Detritus heavy minerals from the epicontinental carbonate rocks of the Triassic and Late Cretaceous of Opole, Silesia, as a source of information about crystalline rocks exposed in the NE part of Czech Massif during the peneplanization of the Variscan orogen and its subsequent structural inversion (grant OPUS supported by National Science Center). Heavy minerals vary greatly in terms of their type and state of preservation. The source-rocks for the studied minerals were mainly metamorfic rocks of various transformation degrees and igneous rocks, while the most important maintenance area was the eastern part of Czech Massif. The variability of the heavy minerals’ composition resulted from the changes in the transport direction, the degree of erosion of the source rocks, as well as the intensity of diagenetic processes. The youngest of periclastic zircons was used to determine the maximum age of the Upper Triassic Lisowice skeleton level deposition. This age has been determined as a middle or late Norian (depending on the choice of ages boundaries).
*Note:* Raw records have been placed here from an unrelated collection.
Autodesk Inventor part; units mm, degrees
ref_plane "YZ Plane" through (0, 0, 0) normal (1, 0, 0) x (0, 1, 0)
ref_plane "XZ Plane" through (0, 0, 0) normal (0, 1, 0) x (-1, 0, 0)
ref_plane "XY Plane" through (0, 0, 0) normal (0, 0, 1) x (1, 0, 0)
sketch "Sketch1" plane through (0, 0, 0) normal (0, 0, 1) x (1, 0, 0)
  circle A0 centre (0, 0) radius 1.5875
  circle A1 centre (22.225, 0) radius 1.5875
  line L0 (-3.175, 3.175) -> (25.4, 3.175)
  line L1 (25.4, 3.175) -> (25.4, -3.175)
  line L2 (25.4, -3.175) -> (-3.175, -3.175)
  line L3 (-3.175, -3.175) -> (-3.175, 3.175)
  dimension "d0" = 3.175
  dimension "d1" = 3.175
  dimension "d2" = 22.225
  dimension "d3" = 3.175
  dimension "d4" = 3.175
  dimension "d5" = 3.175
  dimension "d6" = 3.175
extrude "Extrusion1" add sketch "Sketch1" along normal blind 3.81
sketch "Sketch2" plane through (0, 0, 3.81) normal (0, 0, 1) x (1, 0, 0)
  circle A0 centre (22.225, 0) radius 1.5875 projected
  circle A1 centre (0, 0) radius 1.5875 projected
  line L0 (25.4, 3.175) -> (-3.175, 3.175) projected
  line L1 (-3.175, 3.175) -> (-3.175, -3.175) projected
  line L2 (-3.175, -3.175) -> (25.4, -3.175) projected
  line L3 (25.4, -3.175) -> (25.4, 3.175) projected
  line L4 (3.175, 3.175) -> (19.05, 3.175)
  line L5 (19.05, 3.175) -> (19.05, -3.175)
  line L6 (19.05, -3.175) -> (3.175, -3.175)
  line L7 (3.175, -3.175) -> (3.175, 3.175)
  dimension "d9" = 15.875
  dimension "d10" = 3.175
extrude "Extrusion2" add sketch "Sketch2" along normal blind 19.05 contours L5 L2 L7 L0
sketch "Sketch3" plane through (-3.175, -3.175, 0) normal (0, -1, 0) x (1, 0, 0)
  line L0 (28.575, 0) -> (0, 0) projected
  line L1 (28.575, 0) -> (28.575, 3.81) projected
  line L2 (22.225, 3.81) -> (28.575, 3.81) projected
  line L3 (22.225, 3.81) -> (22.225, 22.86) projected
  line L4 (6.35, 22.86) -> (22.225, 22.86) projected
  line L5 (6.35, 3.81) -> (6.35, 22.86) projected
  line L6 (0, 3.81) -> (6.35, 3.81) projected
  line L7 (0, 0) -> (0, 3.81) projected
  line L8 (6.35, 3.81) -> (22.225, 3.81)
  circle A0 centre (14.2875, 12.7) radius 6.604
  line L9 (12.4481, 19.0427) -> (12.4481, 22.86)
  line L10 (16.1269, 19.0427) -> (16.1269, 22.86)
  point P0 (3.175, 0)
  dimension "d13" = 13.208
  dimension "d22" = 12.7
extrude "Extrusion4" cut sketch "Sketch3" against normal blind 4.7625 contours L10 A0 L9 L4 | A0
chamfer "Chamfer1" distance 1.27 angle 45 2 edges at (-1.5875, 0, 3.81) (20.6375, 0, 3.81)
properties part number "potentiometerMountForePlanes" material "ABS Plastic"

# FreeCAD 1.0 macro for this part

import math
import FreeCAD as App
import Part
import Sketcher
Q = App.Units.Quantity


def edges_at(feature, points):
    """Names of the edges that pass closest to the given points."""
    edges = feature.Shape.Edges
    near = lambda p: min(range(len(edges)), key=lambda i: edges[i].distToShape(Part.Vertex(*p))[0])
    return sorted({f"Edge{near(p) + 1}" for p in points})


def add_polygon(sketch, points):
    """Adds a closed chain of lines whose ends are joined by coincident constraints."""
    first, n = sketch.GeometryCount, len(points)
    for a, b in zip(points, points[1:] + points[:1]):
        sketch.addGeometry(Part.LineSegment(App.Vector(*a, 0), App.Vector(*b, 0)), False)
    for i in range(n):
        sketch.addConstraint(Sketcher.Constraint("Coincident", first + i, 2, first + (i + 1) % n, 1))

doc = App.newDocument("Part")
params = doc.addObject("Spreadsheet::Sheet", "Params")
for row, (alias, value) in enumerate([
    ("sketch1_diameter", "0.125 in"),
    ("pad1_length", "0.15 in"),
    ("sketch2_width", "0.625 in"),
    ("pad2_length", "0.75 in"),
    ("sketch3_radius", "0.26 in"),
    ("pocket1_length", "0.1875 in"),
    ("chamfer_size", "0.05 in"),
], start=1):
    params.set(f"A{row}", alias)
    params.set(f"B{row}", "=" + value)
    params.setAlias(f"B{row}", alias)

body = doc.addObject("PartDesign::Body", "Body")

# Sketch on XY plane
sketch1 = body.newObject("Sketcher::SketchObject", "Sketch")
sketch1.AttachmentSupport = (doc.getObject("XY_Plane"), [""])
sketch1.MapMode = "FlatFace"
add_polygon(sketch1, [(25.4, 3.2), (-3.2, 3.2), (-3.2, -3.2), (25.4, -3.2)])  # lines 0-3
sketch1.addGeometry(Part.Circle(App.Vector(0, 0, 0), App.Vector(0, 0, 1), 1.6), False)  # 4
sketch1.addGeometry(Part.Circle(App.Vector(22.2, 0, 0), App.Vector(0, 0, 1), 1.6), False)  # 5
sketch1.addConstraint(Sketcher.Constraint("Horizontal", 0))
sketch1.addConstraint(Sketcher.Constraint("Vertical", 1))
sketch1.addConstraint(Sketcher.Constraint("Horizontal", 2))
sketch1.addConstraint(Sketcher.Constraint("Vertical", 3))
sketch1.addConstraint(Sketcher.Constraint("Coincident", 4, 3, -1, 1))
sketch1.addConstraint(Sketcher.Constraint("Equal", 4, 5))
sketch1.addConstraint(Sketcher.Constraint("PointOnObject", 5, 3, -1))
sketch1.addConstraint(Sketcher.Constraint("Diameter", 4, Q("0.125 in")))
sketch1.addConstraint(Sketcher.Constraint("DistanceX", -1, 1, 5, 3, Q("0.875 in")))
sketch1.addConstraint(Sketcher.Constraint("DistanceX", 0, 2, -1, 1, Q("0.125 in")))
sketch1.addConstraint(Sketcher.Constraint("DistanceY", -1, 1, 0, 2, Q("0.125 in")))
sketch1.addConstraint(Sketcher.Constraint("DistanceY", 1, 2, -1, 1, Q("0.125 in")))
sketch1.addConstraint(Sketcher.Constraint("DistanceX", -1, 1, 2, 2, Q("1 in")))
sketch1.setExpression("Constraints[11]", "Params.sketch1_diameter")
pad1 = body.newObject("PartDesign::Pad", "Pad")
pad1.Profile = sketch1
pad1.setExpression("Length", "Params.pad1_length")

# Sketch on XY plane
sketch2 = body.newObject("Sketcher::SketchObject", "Sketch001")
sketch2.AttachmentSupport = (doc.getObject("XY_Plane"), [""])
sketch2.MapMode = "FlatFace"
sketch2.AttachmentOffset = App.Placement(App.Vector(0, 0, 0.15 * 25.4), App.Rotation())
add_polygon(sketch2, [(19, -3), (19, 3), (3, 3), (3, -3)])  # lines 0-3
sketch2.addConstraint(Sketcher.Constraint("Vertical", 0))
sketch2.addConstraint(Sketcher.Constraint("Horizontal", 1))
sketch2.addConstraint(Sketcher.Constraint("Vertical", 2))
sketch2.addConstraint(Sketcher.Constraint("Horizontal", 3))
sketch2.addConstraint(Sketcher.Constraint("DistanceX", 1, 2, 1, 1, Q("0.625 in")))
sketch2.addConstraint(Sketcher.Constraint("DistanceY", -1, 1, 0, 2, Q("0.125 in")))
sketch2.addConstraint(Sketcher.Constraint("DistanceX", -1, 1, 1, 2, Q("0.125 in")))
sketch2.addConstraint(Sketcher.Constraint("DistanceY", 2, 2, -1, 1, Q("0.125 in")))
sketch2.setExpression("Constraints[8]", "Params.sketch2_width")
pad2 = body.newObject("PartDesign::Pad", "Pad001")
pad2.Profile = sketch2
pad2.setExpression("Length", "Params.pad2_length")

# Sketch on XZ plane
sketch3 = body.newObject("Sketcher::SketchObject", "Sketch002")
sketch3.AttachmentSupport = (doc.getObject("XZ_Plane"), [""])
sketch3.MapMode = "FlatFace"
sketch3.AttachmentOffset = App.Placement(App.Vector(0, 0, 0.125 * 25.4), App.Rotation())
sketch3.addGeometry(Part.LineSegment(App.Vector(13, 19, 0), App.Vector(13, 22.9, 0)), False)
sketch3.addGeometry(Part.LineSegment(App.Vector(13, 22.9, 0), App.Vector(9.3, 22.9, 0)), False)
sketch3.addGeometry(Part.LineSegment(App.Vector(9.3, 22.9, 0), App.Vector(9.3, 19, 0)), False)
sketch3.addGeometry(Part.ArcOfCircle(Part.Circle(App.Vector(11.1, 12.7, 0), App.Vector(0, 0, 1), 6.6), math.radians(106), math.radians(434)), False)
sketch3.addConstraint(Sketcher.Constraint("Coincident", 0, 2, 1, 1))
sketch3.addConstraint(Sketcher.Constraint("Coincident", 1, 2, 2, 1))
sketch3.addConstraint(Sketcher.Constraint("Coincident", 2, 2, 3, 1))
sketch3.addConstraint(Sketcher.Constraint("Coincident", 3, 2, 0, 1))
sketch3.addConstraint(Sketcher.Constraint("Vertical", 0))
sketch3.addConstraint(Sketcher.Constraint("Horizontal", 1))
sketch3.addConstraint(Sketcher.Constraint("Vertical", 2))
sketch3.addConstraint(Sketcher.Constraint("Horizontal", 2, 2, 3, 2))
sketch3.addConstraint(Sketcher.Constraint("Radius", 3, Q("0.26 in")))
sketch3.addConstraint(Sketcher.Constraint("DistanceY", -1, 1, 3, 3, Q("0.5 in")))
sketch3.addConstraint(Sketcher.Constraint("DistanceY", -1, 1, 0, 2, Q("0.9 in")))
sketch3.addConstraint(Sketcher.Constraint("DistanceX", -1, 1, 3, 3, Q("0.4375 in")))
sketch3.addConstraint(Sketcher.Constraint("DistanceX", 1, 2, 1, 1, Q("3.6788 mm")))
sketch3.setExpression("Constraints[8]", "Params.sketch3_radius")
pocket1 = body.newObject("PartDesign::Pocket", "Pocket")
pocket1.Profile = sketch3
pocket1.setExpression("Length", "Params.pocket1_length")
doc.recompute()

chamfer = body.newObject("PartDesign::Chamfer", "Chamfer")
chamfer.Base = (pocket1, edges_at(pocket1, [(-1.587, 0, 3.81), (20.637, 0, 3.81)]))
chamfer.setExpression("Size", "Params.chamfer_size")

doc.recompute()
Large Pleistocene sandurs of NW Poland – sedimentology, palaeocurrent dynamics and flood history in a new approach (grant PRELUDIUM supported by National Science Center). Coarse-grained clastic sediments deposited from catastrophic floods have been so far connected with the proximal part of the proglacial water outflow system. In front of the Scandinavian Ice Sheet, the amount of water during ablation periods, can be so huge, that floods can reach tens of kilometers from the front of ice sheet. The research is conduct within sandurs deposited during the Pomeranian phase of the last glaciation (~16—17 thousand years ago) in NW Poland.